SEC. 4. APPLICABILITY OF RIGHTS UNDER ARTICLE 26 OF THE TREATY OF PEACE 
              WITH JAPAN.

    It is the policy of the United States Government to ensure that all 
terms under any war claims settlement agreement between Japan and any 
other country that are more beneficial than those terms extended to the 
United States under the Treaty of Peace with Japan are extended to the 
United States in accordance with article 26 of the Treaty with respect 
to claims by nationals of the United States who as members of the 
United States Armed Forces were held as prisoners of war by Japan 
during World War II and were forced to provide labor without 
compensation and under inhumane conditions.

SEC. 5. AVAILABILITY OF INFORMATION RELATING TO CERTAIN CHEMICAL AND 
              BIOLOGICAL TESTS CONDUCTED BY JAPAN DURING WORLD WAR II.
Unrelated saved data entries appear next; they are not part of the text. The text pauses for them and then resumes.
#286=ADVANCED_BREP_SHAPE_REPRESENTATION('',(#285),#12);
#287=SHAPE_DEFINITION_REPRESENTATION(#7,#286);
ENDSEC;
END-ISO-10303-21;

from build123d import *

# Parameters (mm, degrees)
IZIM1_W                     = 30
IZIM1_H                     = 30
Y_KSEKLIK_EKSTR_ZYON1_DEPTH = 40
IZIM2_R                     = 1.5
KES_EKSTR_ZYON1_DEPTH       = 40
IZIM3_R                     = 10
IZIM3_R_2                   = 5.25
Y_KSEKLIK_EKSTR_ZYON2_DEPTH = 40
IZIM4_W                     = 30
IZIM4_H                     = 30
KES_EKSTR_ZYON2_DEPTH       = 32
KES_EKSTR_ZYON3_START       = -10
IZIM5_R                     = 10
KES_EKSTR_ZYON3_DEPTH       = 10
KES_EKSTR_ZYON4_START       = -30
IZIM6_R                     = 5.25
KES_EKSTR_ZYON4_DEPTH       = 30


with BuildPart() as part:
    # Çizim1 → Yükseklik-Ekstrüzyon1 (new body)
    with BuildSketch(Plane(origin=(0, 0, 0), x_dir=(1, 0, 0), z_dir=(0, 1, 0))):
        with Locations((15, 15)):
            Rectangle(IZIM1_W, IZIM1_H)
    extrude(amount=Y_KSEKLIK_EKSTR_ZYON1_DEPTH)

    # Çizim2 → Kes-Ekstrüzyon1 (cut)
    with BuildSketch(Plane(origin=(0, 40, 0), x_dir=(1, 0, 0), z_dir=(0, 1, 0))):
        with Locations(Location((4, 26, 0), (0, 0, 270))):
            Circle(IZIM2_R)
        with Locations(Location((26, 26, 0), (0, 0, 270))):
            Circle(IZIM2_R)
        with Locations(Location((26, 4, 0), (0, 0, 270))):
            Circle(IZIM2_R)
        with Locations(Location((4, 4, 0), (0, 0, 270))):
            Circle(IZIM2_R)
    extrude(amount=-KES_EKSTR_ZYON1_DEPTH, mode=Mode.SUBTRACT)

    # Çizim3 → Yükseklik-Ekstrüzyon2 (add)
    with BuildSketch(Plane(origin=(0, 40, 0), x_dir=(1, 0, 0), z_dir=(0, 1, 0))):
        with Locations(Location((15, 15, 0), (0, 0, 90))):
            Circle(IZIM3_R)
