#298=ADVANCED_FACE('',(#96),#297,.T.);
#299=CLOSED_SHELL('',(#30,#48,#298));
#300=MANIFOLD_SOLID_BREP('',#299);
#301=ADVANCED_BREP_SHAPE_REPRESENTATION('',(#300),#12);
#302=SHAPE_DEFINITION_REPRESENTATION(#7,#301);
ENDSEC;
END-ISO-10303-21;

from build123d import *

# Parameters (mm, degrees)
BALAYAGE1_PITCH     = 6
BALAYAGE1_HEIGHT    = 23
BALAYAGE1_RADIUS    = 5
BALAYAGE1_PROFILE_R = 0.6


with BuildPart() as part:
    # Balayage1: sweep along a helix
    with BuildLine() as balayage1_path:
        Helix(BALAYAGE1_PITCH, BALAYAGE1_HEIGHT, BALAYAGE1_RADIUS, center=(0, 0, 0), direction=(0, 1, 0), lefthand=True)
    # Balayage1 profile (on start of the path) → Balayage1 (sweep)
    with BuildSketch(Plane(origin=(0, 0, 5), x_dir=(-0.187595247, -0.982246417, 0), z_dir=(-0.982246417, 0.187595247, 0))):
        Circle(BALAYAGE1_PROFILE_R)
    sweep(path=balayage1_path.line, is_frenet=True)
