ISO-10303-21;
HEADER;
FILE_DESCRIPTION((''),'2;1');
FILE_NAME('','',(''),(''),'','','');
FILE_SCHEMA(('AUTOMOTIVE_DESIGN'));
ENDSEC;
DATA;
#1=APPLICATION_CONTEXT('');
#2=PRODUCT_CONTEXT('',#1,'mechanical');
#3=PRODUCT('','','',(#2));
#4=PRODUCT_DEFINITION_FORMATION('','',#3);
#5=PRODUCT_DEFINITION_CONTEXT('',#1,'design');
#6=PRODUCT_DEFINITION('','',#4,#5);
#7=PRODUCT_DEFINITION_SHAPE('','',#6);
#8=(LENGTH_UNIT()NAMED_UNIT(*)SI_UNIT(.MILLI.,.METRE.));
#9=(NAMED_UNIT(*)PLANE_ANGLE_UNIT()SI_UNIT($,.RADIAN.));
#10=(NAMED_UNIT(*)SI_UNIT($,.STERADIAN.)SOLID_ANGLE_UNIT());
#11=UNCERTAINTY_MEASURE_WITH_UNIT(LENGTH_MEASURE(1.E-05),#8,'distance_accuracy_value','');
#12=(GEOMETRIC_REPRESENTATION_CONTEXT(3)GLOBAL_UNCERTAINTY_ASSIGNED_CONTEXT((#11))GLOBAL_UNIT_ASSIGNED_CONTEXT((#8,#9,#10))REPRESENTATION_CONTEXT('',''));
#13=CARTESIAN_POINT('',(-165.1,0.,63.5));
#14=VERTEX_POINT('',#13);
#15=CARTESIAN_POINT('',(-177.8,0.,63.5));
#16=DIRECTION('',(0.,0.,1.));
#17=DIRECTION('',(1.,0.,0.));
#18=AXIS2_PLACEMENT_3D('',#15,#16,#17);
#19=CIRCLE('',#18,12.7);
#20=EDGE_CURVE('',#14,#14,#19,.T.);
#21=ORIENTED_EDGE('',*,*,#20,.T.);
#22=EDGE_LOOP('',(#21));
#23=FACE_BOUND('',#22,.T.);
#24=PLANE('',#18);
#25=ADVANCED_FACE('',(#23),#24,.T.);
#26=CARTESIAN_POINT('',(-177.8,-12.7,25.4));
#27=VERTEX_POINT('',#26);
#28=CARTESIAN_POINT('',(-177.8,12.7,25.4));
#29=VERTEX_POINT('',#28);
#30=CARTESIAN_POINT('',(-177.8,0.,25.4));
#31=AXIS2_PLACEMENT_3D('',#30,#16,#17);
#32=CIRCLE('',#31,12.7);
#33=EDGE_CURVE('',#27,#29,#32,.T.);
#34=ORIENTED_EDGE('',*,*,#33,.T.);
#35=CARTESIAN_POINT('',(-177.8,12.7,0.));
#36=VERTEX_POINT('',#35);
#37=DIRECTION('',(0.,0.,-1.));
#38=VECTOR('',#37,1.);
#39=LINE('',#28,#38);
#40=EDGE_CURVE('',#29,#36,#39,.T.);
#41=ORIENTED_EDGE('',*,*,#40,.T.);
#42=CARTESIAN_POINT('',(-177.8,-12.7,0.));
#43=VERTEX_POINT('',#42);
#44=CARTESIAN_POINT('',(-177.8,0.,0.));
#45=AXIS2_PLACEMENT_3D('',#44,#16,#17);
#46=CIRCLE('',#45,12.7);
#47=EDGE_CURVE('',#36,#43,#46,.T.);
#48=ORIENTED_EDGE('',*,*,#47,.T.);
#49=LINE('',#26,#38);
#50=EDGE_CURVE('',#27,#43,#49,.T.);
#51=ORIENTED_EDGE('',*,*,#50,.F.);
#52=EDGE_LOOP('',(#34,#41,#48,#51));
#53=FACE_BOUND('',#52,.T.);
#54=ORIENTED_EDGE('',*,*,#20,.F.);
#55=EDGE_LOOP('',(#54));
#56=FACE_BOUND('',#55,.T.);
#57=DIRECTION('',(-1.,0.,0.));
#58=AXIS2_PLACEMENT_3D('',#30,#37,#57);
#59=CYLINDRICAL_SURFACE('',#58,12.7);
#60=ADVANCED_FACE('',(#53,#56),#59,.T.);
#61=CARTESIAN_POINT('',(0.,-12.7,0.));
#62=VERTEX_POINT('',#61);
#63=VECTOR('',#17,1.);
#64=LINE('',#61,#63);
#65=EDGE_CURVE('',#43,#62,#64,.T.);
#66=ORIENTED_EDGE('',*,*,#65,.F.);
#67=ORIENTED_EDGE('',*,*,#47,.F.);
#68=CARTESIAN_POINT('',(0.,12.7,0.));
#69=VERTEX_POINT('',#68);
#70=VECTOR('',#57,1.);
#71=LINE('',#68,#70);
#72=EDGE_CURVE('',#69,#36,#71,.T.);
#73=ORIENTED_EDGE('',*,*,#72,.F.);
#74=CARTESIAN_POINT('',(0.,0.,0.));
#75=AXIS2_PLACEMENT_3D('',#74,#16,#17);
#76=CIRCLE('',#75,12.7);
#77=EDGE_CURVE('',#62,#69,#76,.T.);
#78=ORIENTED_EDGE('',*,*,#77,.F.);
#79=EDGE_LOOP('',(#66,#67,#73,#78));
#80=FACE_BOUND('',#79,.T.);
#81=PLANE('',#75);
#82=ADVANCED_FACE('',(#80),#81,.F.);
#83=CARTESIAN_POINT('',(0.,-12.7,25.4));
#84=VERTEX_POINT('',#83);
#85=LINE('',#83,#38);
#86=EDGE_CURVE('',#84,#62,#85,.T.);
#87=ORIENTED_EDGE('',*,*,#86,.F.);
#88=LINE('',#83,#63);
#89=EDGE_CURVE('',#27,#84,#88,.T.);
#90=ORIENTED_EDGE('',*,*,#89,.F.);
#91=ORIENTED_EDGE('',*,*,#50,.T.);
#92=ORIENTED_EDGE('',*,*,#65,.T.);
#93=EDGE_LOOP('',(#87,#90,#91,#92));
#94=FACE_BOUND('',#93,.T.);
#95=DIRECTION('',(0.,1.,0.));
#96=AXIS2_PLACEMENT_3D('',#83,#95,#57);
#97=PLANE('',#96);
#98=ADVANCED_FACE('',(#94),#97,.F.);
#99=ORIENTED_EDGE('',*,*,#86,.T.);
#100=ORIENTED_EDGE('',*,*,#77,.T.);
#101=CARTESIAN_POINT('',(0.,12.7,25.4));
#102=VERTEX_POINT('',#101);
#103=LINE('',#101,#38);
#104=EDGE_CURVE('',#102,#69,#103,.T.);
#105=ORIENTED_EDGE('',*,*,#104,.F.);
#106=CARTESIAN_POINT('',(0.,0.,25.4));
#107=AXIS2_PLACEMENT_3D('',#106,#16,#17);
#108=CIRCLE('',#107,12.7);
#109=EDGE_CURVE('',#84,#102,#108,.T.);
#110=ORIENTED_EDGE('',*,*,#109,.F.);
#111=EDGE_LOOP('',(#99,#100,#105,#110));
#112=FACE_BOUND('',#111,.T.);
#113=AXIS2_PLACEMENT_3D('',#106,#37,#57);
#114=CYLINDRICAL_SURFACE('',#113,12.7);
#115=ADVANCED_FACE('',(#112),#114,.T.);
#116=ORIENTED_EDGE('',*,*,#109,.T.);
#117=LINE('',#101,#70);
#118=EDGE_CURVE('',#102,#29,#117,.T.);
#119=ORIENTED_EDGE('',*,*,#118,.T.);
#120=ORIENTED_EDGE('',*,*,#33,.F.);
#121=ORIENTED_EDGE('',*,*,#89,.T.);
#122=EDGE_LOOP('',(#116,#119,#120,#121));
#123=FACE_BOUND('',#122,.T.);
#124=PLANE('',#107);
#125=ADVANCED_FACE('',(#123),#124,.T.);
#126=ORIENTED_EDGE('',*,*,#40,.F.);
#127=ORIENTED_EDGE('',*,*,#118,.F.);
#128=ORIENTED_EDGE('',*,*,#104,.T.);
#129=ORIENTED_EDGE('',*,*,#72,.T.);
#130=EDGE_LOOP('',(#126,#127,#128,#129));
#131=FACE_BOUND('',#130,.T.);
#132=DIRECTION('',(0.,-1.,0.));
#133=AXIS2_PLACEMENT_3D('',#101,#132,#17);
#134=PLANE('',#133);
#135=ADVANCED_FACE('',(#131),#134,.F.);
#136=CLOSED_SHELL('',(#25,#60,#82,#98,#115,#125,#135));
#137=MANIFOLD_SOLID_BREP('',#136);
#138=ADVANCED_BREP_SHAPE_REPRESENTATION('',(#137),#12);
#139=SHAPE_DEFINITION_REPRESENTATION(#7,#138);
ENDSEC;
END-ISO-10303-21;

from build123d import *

# Parameters (mm, degrees)
BOSS_EXTRUDE1_DEPTH = 25.4
SKETCH2_R           = 12.7
BOSS_EXTRUDE2_DEPTH = 38.1


with BuildPart() as part:
    # Sketch1 → Boss-Extrude1 (new body)
    with BuildSketch(Plane.XY):
        with BuildLine():
            Line((0, -12.7), (-177.8, -12.7))
            ThreePointArc((-177.8, -12.7), (-190.5, 0), (-177.8, 12.7))
            Line((-177.8, 12.7), (0, 12.7))
            ThreePointArc((0, 12.7), (12.7, 0), (0, -12.7))
        make_face()
    extrude(amount=BOSS_EXTRUDE1_DEPTH)

    # Sketch2 → Boss-Extrude2 (add)
    with BuildSketch(Plane.XY.offset(25.4)):
        with Locations(Location((-177.8, 0, 0), (0, 0, 270))):
            Circle(SKETCH2_R)
    extrude(amount=BOSS_EXTRUDE2_DEPTH)


solid = part.part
    (a) Availability of Information to the Secretary of Veterans 
Affairs.--Notwithstanding any other provision of law, the Secretary of 
Veterans Affairs may secure directly from any department or agency of 
the United States information relating to chemical or biological tests 
conducted by Japan on members of the United States Armed Forces held as 
prisoners of war by Japan during World War II, including any such 
information provided to the United States Government by Japan. Upon 
request of the Secretary of Veterans Affairs, the head of that 
department or agency shall furnish that information to the Secretary.
    (b) Availability of Information to Interested Members of the Armed 
Forces.--Any information received by the Secretary of Veterans Affairs 
under subsection (a) with respect to an individual member of the United 
States Armed Forces held as a prisoner of war by Japan during World War 
II may be made available to such individual to the extent otherwise 
provided by law.

SEC. 6. DEFINITIONS.

    In this Act:
            (1) Treaty of peace with japan; treaty.--The terms ``Treaty 
        of Peace with Japan'' and ``Treaty'' mean the Treaty of Peace 
        with Japan, signed at San Francisco on September 8, 1951 (3 UST 
        3169).
            (2) State.--The term ``State'' means the several States, 
        the District of Columbia, and any commonwealth, territory or 
        possession of the United States.
            (3) Applicable statute of limitations.--The ``applicable 
        statute of limitations'' of a State means, with respect to a 
        court action, the law of that State which establishes the time 
        within which such an action may be brought.